I can't seem to bring up the answers I'm looking for in a search so please forgive me as I am sure this has been asked a hundred times already...

I have always had my dogs spayed/neutered as soon as they were old enough to have the procedure as I didn't want any accidents or difficulties in potty training/marking. I've recently read some things that have said it's better to wait to have a dog fixed, but have also read some things that say its better to do it sooner. I am completely confused as to which is the better route to go. There are many opinions on the subject, are there hard facts about it either way? Like what is the % of complications from neutering done at a younger age versus at an older age, etc, etc... 

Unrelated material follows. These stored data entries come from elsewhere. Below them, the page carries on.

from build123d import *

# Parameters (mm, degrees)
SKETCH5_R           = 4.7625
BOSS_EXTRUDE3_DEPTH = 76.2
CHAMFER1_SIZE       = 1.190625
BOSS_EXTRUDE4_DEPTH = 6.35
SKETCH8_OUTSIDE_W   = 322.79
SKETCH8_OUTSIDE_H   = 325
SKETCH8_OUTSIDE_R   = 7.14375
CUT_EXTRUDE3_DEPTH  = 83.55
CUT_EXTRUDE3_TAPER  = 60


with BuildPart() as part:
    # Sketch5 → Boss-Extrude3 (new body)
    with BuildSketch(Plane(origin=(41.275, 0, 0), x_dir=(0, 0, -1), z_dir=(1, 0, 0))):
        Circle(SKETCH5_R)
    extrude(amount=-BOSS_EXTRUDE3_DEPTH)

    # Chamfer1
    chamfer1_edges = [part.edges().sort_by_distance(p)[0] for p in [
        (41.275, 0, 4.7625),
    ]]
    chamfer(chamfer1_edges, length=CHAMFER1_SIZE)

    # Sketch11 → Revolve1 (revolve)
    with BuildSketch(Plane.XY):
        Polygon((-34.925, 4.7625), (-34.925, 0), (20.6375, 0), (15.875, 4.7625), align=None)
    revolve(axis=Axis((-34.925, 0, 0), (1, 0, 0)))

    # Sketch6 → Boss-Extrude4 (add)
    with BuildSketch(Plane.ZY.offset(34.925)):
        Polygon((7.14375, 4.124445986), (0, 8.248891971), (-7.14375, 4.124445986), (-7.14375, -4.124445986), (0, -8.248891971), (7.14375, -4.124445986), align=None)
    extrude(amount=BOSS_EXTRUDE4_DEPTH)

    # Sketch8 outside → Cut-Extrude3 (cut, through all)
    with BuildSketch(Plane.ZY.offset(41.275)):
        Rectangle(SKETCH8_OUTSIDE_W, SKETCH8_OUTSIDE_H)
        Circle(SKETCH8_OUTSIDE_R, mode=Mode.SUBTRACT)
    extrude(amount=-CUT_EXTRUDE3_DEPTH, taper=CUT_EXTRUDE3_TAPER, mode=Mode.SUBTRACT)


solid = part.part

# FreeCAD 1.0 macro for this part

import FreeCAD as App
import Part
import Sketcher

V = App.Vector
Q = App.Units.Quantity


def edges_at(feature, points):
    """Names of the edges that pass closest to the given points."""
    edges = feature.Shape.Edges
    near = lambda p: min(range(len(edges)), key=lambda i: edges[i].distToShape(Part.Vertex(*p))[0])
    return sorted({f"Edge{near(p) + 1}" for p in points})


def add_polygon(sketch, points):
    """Adds a closed chain of lines whose ends are joined by coincident constraints."""
    first, n = sketch.GeometryCount, len(points)
    for a, b in zip(points, points[1:] + points[:1]):
        sketch.addGeometry(Part.LineSegment(App.Vector(*a, 0), App.Vector(*b, 0)), False)
    for i in range(n):
        sketch.addConstraint(Sketcher.Constraint("Coincident", first + i, 2, first + (i + 1) % n, 1))

doc = App.newDocument("Part")
body = doc.addObject("PartDesign::Body", "Body")

sketch1 = body.newObject("Sketcher::SketchObject", "Sketch")
sketch1.AttachmentSupport = (doc.getObject("YZ_Plane"), [""])
sketch1.MapMode = "FlatFace"
sketch1.AttachmentOffset = App.Placement(V(0, 0, 1.625 * 25.4), App.Rotation())
sketch1.addGeometry(Part.Circle(V(0, 0, 0), V(0, 0, 1), 4.7625), False)
sketch1.addConstraint([
    Sketcher.Constraint("Coincident", 0, 3, -1, 1),
    Sketcher.Constraint("Diameter", 0, Q("0.375 in")),
])
pad1 = body.newObject("PartDesign::Pad", "Pad")
pad1.Profile = sketch1
pad1.Length = Q("3 in")
pad1.Reversed = True
doc.recompute()

chamfer = body.newObject("PartDesign::Chamfer", "Chamfer")
chamfer.Base = (pad1, edges_at(pad1, [(41.275, 0, 4.763)]))
chamfer.Size = Q("0.046875 in")

sketch2 = body.newObject("Sketcher::SketchObject", "Sketch001")
sketch2.AttachmentSupport = (doc.getObject("XY_Plane"), [""])
sketch2.MapMode = "FlatFace"
add_polygon(sketch2, [(-34.925, 4.7625), (-34.925, 0), (20.6375, 0), (15.875, 4.7625)])
sketch2.addConstraint([
    Sketcher.Constraint("Vertical", 0),
    Sketcher.Constraint("Horizontal", 1),
    Sketcher.Constraint("Horizontal", 3),
    Sketcher.Constraint("PointOnObject", 0, 2, -1),
    Sketcher.Constraint("DistanceX", 3, 2, 3, 1, Q("2 in")),
    Sketcher.Constraint("Angle", 2, Q("135 deg")),
    Sketcher.Constraint("DistanceX", 1, 1, 1, 2, Q("2.1875 in")),
    Sketcher.Constraint("DistanceX", 0, 2, -1, 1, Q("1.375 in")),
])
revolution = body.newObject("PartDesign::Revolution", "Revolution")
revolution.Profile = sketch2
revolution.ReferenceAxis = (sketch2, ["H_Axis"])
revolution.Angle = 360

sketch3 = body.newObject("Sketcher::SketchObject", "Sketch002")
sketch3.AttachmentSupport = (doc.getObject("YZ_Plane"), [""])
sketch3.MapMode = "FlatFace"
sketch3.AttachmentOffset = App.Placement(V(0, 0, -1.375 * 25.4), App.Rotation())
add_polygon(sketch3, [(4.124446, 7.14375), (8.248892, 0), (4.124446, -7.14375), (-4.124446, -7.14375), (-8.248892, 0), (-4.124446, 7.14375)])
sketch3.addConstraint([
    Sketcher.Constraint("Horizontal", 2),
    Sketcher.Constraint("Horizontal", 5),
    Sketcher.Constraint("Symmetric", 0, 2, 3, 2, -1, 1),
    Sketcher.Constraint("Symmetric", 1, 2, 4, 2, -1, 1),
    Sketcher.Constraint("PointOnObject", 0, 2, -1),
    Sketcher.Constraint("Parallel", 0, 3),
    Sketcher.Constraint("Vertical", 2, 2, 4, 2),
    Sketcher.Constraint("Angle", 0, Q("-60 deg")),
    Sketcher.Constraint("DistanceY", 1, 2, -1, 1, Q("0.28125 in")),
    Sketcher.Constraint("DistanceX", 2, 2, 2, 1, 8.248892),
])
pad2 = body.newObject("PartDesign::Pad", "Pad001")
pad2.Profile = sketch3
pad2.Length = Q("0.25 in")
pad2.Reversed = True

sketch4 = body.newObject("Sketcher::SketchObject", "Sketch003")
sketch4.AttachmentSupport = (doc.getObject("YZ_Plane"), [""])
sketch4.MapMode = "FlatFace"
sketch4.AttachmentOffset = App.Placement(V(0, 0, -1.625 * 25.4), App.Rotation())
add_polygon(sketch4, [(162.5, -161.395), (-162.5, -161.395), (-162.5, 161.395), (162.5, 161.395)])
sketch4.addGeometry(Part.Circle(V(0, 0, 0), V(0, 0, 1), 7.14375), False)
sketch4.addConstraint([
    Sketcher.Constraint("Horizontal", 0),
    Sketcher.Constraint("Vertical", 1),
    Sketcher.Constraint("Horizontal", 2),
    Sketcher.Constraint("Vertical", 3),
    Sketcher.Constraint("Coincident", 4, 3, -1, 1),
    Sketcher.Constraint("Symmetric", 0, 2, 2, 2, -1, 1),
    Sketcher.Constraint("Diameter", 4, Q("0.5625 in")),
    Sketcher.Constraint("DistanceX", 0, 2, 0, 1, 325.0),
    Sketcher.Constraint("DistanceY", 1, 1, 1, 2, 322.79),
])
pocket1 = body.newObject("PartDesign::Pocket", "Pocket")
pocket1.Profile = sketch4
pocket1.Length = 83.55
pocket1.Reversed = True
pocket1.TaperAngle = 60

doc.recompute()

And also, I have read conflicting information about whether or not to give a dog heartworm, flea and tick medicines. I have read that the medication is poisonous to toy sized dogs and causes all sorts of health issues. But I've read that not giving it can cause heartworm and other problems. AUGH! I am on information overload and I don't want to make the wrong decision and end up hurting my new pup in the long run.

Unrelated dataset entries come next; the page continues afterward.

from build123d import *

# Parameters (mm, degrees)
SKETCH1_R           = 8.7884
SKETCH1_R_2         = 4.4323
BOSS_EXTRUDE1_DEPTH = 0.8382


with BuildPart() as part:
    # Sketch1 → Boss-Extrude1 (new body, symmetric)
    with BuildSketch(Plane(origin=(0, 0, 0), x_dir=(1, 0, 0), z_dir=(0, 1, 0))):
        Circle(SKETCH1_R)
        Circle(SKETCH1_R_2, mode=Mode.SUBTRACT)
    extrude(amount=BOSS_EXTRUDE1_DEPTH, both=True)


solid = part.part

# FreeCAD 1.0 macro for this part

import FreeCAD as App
import Part
import Sketcher
from FreeCAD import Vector
Q = App.Units.Quantity

doc = App.newDocument("Part")
body = doc.addObject("PartDesign::Body", "Body")

sketch1 = doc.addObject("Sketcher::SketchObject", "Sketch")
body.addObject(sketch1)
sketch1.AttachmentSupport = (doc.XZ_Plane, [""])
sketch1.MapMode = "FlatFace"
sketch1.addGeometry(Part.Circle(Vector(0, 0, 0), Vector(0, 0, 1), 8.7884), False)
sketch1.addGeometry(Part.Circle(Vector(0, 0, 0), Vector(0, 0, 1), 4.4323), False)
sketch1.addConstraint(Sketcher.Constraint("Coincident", 0, 3, -1, 1))
sketch1.addConstraint(Sketcher.Constraint("Coincident", 1, 3, -1, 1))
sketch1.addConstraint(Sketcher.Constraint("Diameter", 0, Q("0.692 in")))
sketch1.addConstraint(Sketcher.Constraint("Diameter", 1, Q("0.349 in")))
pad1 = doc.addObject("PartDesign::Pad", "Pad")
body.addObject(pad1)
pad1.Profile = sketch1
pad1.Length = Q("0.066 in")
pad1.Midplane = True

doc.recompute()
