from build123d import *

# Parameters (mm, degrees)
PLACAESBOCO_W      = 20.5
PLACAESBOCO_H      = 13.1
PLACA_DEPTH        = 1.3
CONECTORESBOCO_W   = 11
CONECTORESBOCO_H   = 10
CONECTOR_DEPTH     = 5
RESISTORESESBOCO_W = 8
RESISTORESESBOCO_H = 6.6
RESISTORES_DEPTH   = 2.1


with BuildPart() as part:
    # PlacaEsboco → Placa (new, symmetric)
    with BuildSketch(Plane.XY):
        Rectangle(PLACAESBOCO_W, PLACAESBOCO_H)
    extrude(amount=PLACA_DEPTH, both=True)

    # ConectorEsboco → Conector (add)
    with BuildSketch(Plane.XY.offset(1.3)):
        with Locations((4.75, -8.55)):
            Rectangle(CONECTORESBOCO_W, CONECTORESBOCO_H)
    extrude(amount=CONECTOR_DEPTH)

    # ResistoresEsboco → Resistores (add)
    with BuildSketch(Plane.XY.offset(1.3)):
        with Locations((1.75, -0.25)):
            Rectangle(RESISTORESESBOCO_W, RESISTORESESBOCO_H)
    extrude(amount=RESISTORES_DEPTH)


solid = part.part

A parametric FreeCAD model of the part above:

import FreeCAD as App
import Part
import Sketcher


def add_polygon(sketch, points):
    """Adds a closed chain of lines whose ends are joined by coincident constraints."""
    first, n = sketch.GeometryCount, len(points)
    for a, b in zip(points, points[1:] + points[:1]):
        sketch.addGeometry(Part.LineSegment(App.Vector(*a, 0), App.Vector(*b, 0)), False)
    for i in range(n):
        sketch.addConstraint(Sketcher.Constraint("Coincident", first + i, 2, first + (i + 1) % n, 1))

doc = App.newDocument("Part")
body = doc.addObject("PartDesign::Body", "Body")

# Sketch on XY plane
sketch1 = doc.addObject("Sketcher::SketchObject", "Sketch")
body.addObject(sketch1)
sketch1.AttachmentSupport = (doc.XY_Plane, [""])
sketch1.MapMode = "FlatFace"
add_polygon(sketch1, [(-10.25, 6.55), (-10.25, -6.55), (10.25, -6.55), (10.25, 6.55)])  # lines 0-3
sketch1.addConstraint([
    Sketcher.Constraint("Vertical", 0),
    Sketcher.Constraint("Horizontal", 1),
    Sketcher.Constraint("Vertical", 2),
    Sketcher.Constraint("Horizontal", 3),
    Sketcher.Constraint("Symmetric", 0, 2, 2, 2, -1, 1),
    Sketcher.Constraint("DistanceX", 1, 1, 1, 2, 20.5),
    Sketcher.Constraint("DistanceY", 0, 2, 0, 1, 13.1),
])
pad1 = doc.addObject("PartDesign::Pad", "Pad")
body.addObject(pad1)
pad1.Profile = sketch1
pad1.Length = 2.6
pad1.Midplane = True

# Sketch on XY plane
sketch2 = doc.addObject("Sketcher::SketchObject", "Sketch001")
body.addObject(sketch2)
sketch2.AttachmentSupport = (doc.XY_Plane, [""])
sketch2.MapMode = "FlatFace"
sketch2.AttachmentOffset = App.Placement(App.Vector(0, 0, 1.3), App.Rotation())
add_polygon(sketch2, [(-0.75, -3.55), (-0.75, -13.55), (10.25, -13.55), (10.25, -3.55)])  # lines 0-3
sketch2.addConstraint([
    Sketcher.Constraint("Vertical", 0),
    Sketcher.Constraint("Horizontal", 1),
    Sketcher.Constraint("Vertical", 2),
    Sketcher.Constraint("Horizontal", 3),
    Sketcher.Constraint("DistanceX", 1, 1, 1, 2, 11.0),
    Sketcher.Constraint("DistanceY", 0, 2, 0, 1, 10.0),
    Sketcher.Constraint("DistanceX", 0, 2, -1, 1, 0.75),
    Sketcher.Constraint("DistanceY", 0, 2, -1, 1, 13.55),
])
pad2 = doc.addObject("PartDesign::Pad", "Pad001")
body.addObject(pad2)
pad2.Profile = sketch2
pad2.Length = 5

# Sketch on XY plane
sketch3 = doc.addObject("Sketcher::SketchObject", "Sketch002")
body.addObject(sketch3)
sketch3.AttachmentSupport = (doc.XY_Plane, [""])
sketch3.MapMode = "FlatFace"
sketch3.AttachmentOffset = App.Placement(App.Vector(0, 0, 1.3), App.Rotation())
add_polygon(sketch3, [(-2.25, 3.05), (-2.25, -3.55), (5.75, -3.55), (5.75, 3.05)])  # lines 0-3
sketch3.addConstraint([
    Sketcher.Constraint("Vertical", 0),
    Sketcher.Constraint("Horizontal", 1),
    Sketcher.Constraint("Vertical", 2),
    Sketcher.Constraint("Horizontal", 3),
    Sketcher.Constraint("DistanceX", 1, 1, 1, 2, 8.0),
    Sketcher.Constraint("DistanceY", 0, 2, 0, 1, 6.6),
    Sketcher.Constraint("DistanceX", 0, 2, -1, 1, 2.25),
    Sketcher.Constraint("DistanceY", 0, 2, -1, 1, 3.55),
])
pad3 = doc.addObject("PartDesign::Pad", "Pad002")
body.addObject(pad3)
pad3.Profile = sketch3
pad3.Length = 2.1

doc.recompute()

Does anyone have a vet they work with and really trust that has given them information on these topics? I take my dogs to a nice vet, but they seem to recommend the same thing as all the other vets... monthly medicines, neutering at a young age... but if these things are being challenged as not necessarily the best start for a puppy... well, I'd like to know what is!


----------



## TilliesMom (Sep 30, 2010)

I've heard lots of things on neutering, typically the older the better, I think.

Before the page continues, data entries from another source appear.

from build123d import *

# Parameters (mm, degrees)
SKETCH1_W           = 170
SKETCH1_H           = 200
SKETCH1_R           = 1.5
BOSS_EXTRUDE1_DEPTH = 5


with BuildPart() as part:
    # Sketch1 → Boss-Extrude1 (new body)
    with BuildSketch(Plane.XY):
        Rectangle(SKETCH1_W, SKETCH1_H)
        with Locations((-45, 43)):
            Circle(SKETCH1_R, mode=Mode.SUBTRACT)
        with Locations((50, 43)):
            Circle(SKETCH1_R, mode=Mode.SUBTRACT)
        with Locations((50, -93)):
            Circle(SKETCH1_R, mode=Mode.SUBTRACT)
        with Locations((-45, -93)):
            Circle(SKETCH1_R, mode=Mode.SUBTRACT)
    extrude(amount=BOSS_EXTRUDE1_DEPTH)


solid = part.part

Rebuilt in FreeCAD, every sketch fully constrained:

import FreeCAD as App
import Part
import Sketcher
from FreeCAD import Vector


def add_polygon(sketch, points):
    """Adds a closed chain of lines whose ends are joined by coincident constraints."""
    first, n = sketch.GeometryCount, len(points)
    for a, b in zip(points, points[1:] + points[:1]):
        sketch.addGeometry(Part.LineSegment(App.Vector(*a, 0), App.Vector(*b, 0)), False)
    for i in range(n):
        sketch.addConstraint(Sketcher.Constraint("Coincident", first + i, 2, first + (i + 1) % n, 1))

doc = App.newDocument("Part")
params = doc.addObject("Spreadsheet::Sheet", "Params")
for row, (alias, value) in enumerate([
    ("sketch1_diameter", "3 mm"),
    ("sketch1_width", "170 mm"),
    ("sketch1_height", "200 mm"),
    ("pad1_length", "5 mm"),
], start=1):
    params.set(f"A{row}", alias)
    params.set(f"B{row}", "=" + value)
    params.setAlias(f"B{row}", alias)

body = doc.addObject("PartDesign::Body", "Body")

sketch1 = body.newObject("Sketcher::SketchObject", "Sketch")
sketch1.AttachmentSupport = (doc.getObject("XY_Plane"), [""])
sketch1.MapMode = "FlatFace"
add_polygon(sketch1, [(-85, 100), (-85, -100), (85, -100), (85, 100)])
sketch1.addGeometry(Part.Circle(Vector(-45, -93, 0), Vector(0, 0, 1), 1.5), False)
sketch1.addGeometry(Part.Circle(Vector(50, -93, 0), Vector(0, 0, 1), 1.5), False)
sketch1.addGeometry(Part.Circle(Vector(-45, 43, 0), Vector(0, 0, 1), 1.5), False)
sketch1.addGeometry(Part.Circle(Vector(50, 43, 0), Vector(0, 0, 1), 1.5), False)
sketch1.addConstraint(Sketcher.Constraint("Vertical", 0))
sketch1.addConstraint(Sketcher.Constraint("Horizontal", 1))
sketch1.addConstraint(Sketcher.Constraint("Vertical", 2))
sketch1.addConstraint(Sketcher.Constraint("Horizontal", 3))
sketch1.addConstraint(Sketcher.Constraint("Equal", 4, 5))
sketch1.addConstraint(Sketcher.Constraint("Equal", 5, 6))
sketch1.addConstraint(Sketcher.Constraint("Equal", 6, 7))
sketch1.addConstraint(Sketcher.Constraint("Symmetric", 0, 2, 2, 2, -1, 1))
sketch1.addConstraint(Sketcher.Constraint("Horizontal", 4, 3, 5, 3))
sketch1.addConstraint(Sketcher.Constraint("Horizontal", 6, 3, 7, 3))
sketch1.addConstraint(Sketcher.Constraint("Vertical", 4, 3, 6, 3))
sketch1.addConstraint(Sketcher.Constraint("Vertical", 5, 3, 7, 3))
sketch1.addConstraint(Sketcher.Constraint("Diameter", 4, 3.0))
sketch1.addConstraint(Sketcher.Constraint("DistanceX", 1, 1, 1, 2, 170.0))
sketch1.addConstraint(Sketcher.Constraint("DistanceY", 0, 2, 0, 1, 200.0))
sketch1.addConstraint(Sketcher.Constraint("DistanceX", 4, 3, -1, 1, 45.0))
sketch1.addConstraint(Sketcher.Constraint("DistanceY", 4, 3, -1, 1, 93.0))
sketch1.addConstraint(Sketcher.Constraint("DistanceX", -1, 1, 5, 3, 50.0))
sketch1.addConstraint(Sketcher.Constraint("DistanceY", -1, 1, 6, 3, 43.0))
sketch1.setExpression("Constraints[16]", "Params.sketch1_diameter")
sketch1.setExpression("Constraints[17]", "Params.sketch1_width")
sketch1.setExpression("Constraints[18]", "Params.sketch1_height")
pad1 = body.newObject("PartDesign::Pad", "Pad")
pad1.Profile = sketch1
pad1.setExpression("Length", "Params.pad1_length")

doc.recompute()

I do treat with heartgard every 5-6 weeks, as for flea/tick treatments, I try really hard to NOT give them to her if possible. We don't seem to have many ticks in our area (thankfully) and we don't typically go out in the woods or anything. SHe is also light colored, so I could SEE any bugs if she had them! We do have 3 mostly outside cats and Tillie has picked up a flea or 2 over the years, but I give her a bath once a week and catch the fleas before they lay eggs or anything. IF our cats have gotten fleas and Tillie has been around them AND is itching we might give her 1/3 of a small dog Frontline Plus dose. But I hate doing it. It actually turns her skin a dark color where I put the stuff.


----------



## Lizzie'sMom (Oct 13, 2010)

I wish I had waited to have Lizzie spayed. From all I read it is better to do it later.

I don't give heart worm medications. I am not very adept at posting links, but here is everything you could want to know about how heart worm is transmitted. 

acreaturecomfort.com/heartworminfo.htm

I'm in Michigan, too!!!


----------



## krandall (Jun 11, 2009)

Current thinking is that it is better to let the dog mature before you neuter if at all possible. 

As far as heartworm and flee and tick meds are concerned, it really depends on where you live. Heartworm is a terrible disease, and the treatment, if they get it, is very, VERY toxic. So if you are in an area where heartworm is a possibility, prevention is very important. 

Ticks also carry horrible diseases, so you need to look at how bad the ticks are in your area and then decide whether/what kind of flea/tick meds they need. There are some people who do really well with herbal flea and tick preventatives, including apple cider vinegar rinses and sprays. It also depends on how much time your dog spends outdoors. But if you live in southern NE and like to go for hikes in the woods, as I do, you really HAVE to use a strong tick repellant/killer. 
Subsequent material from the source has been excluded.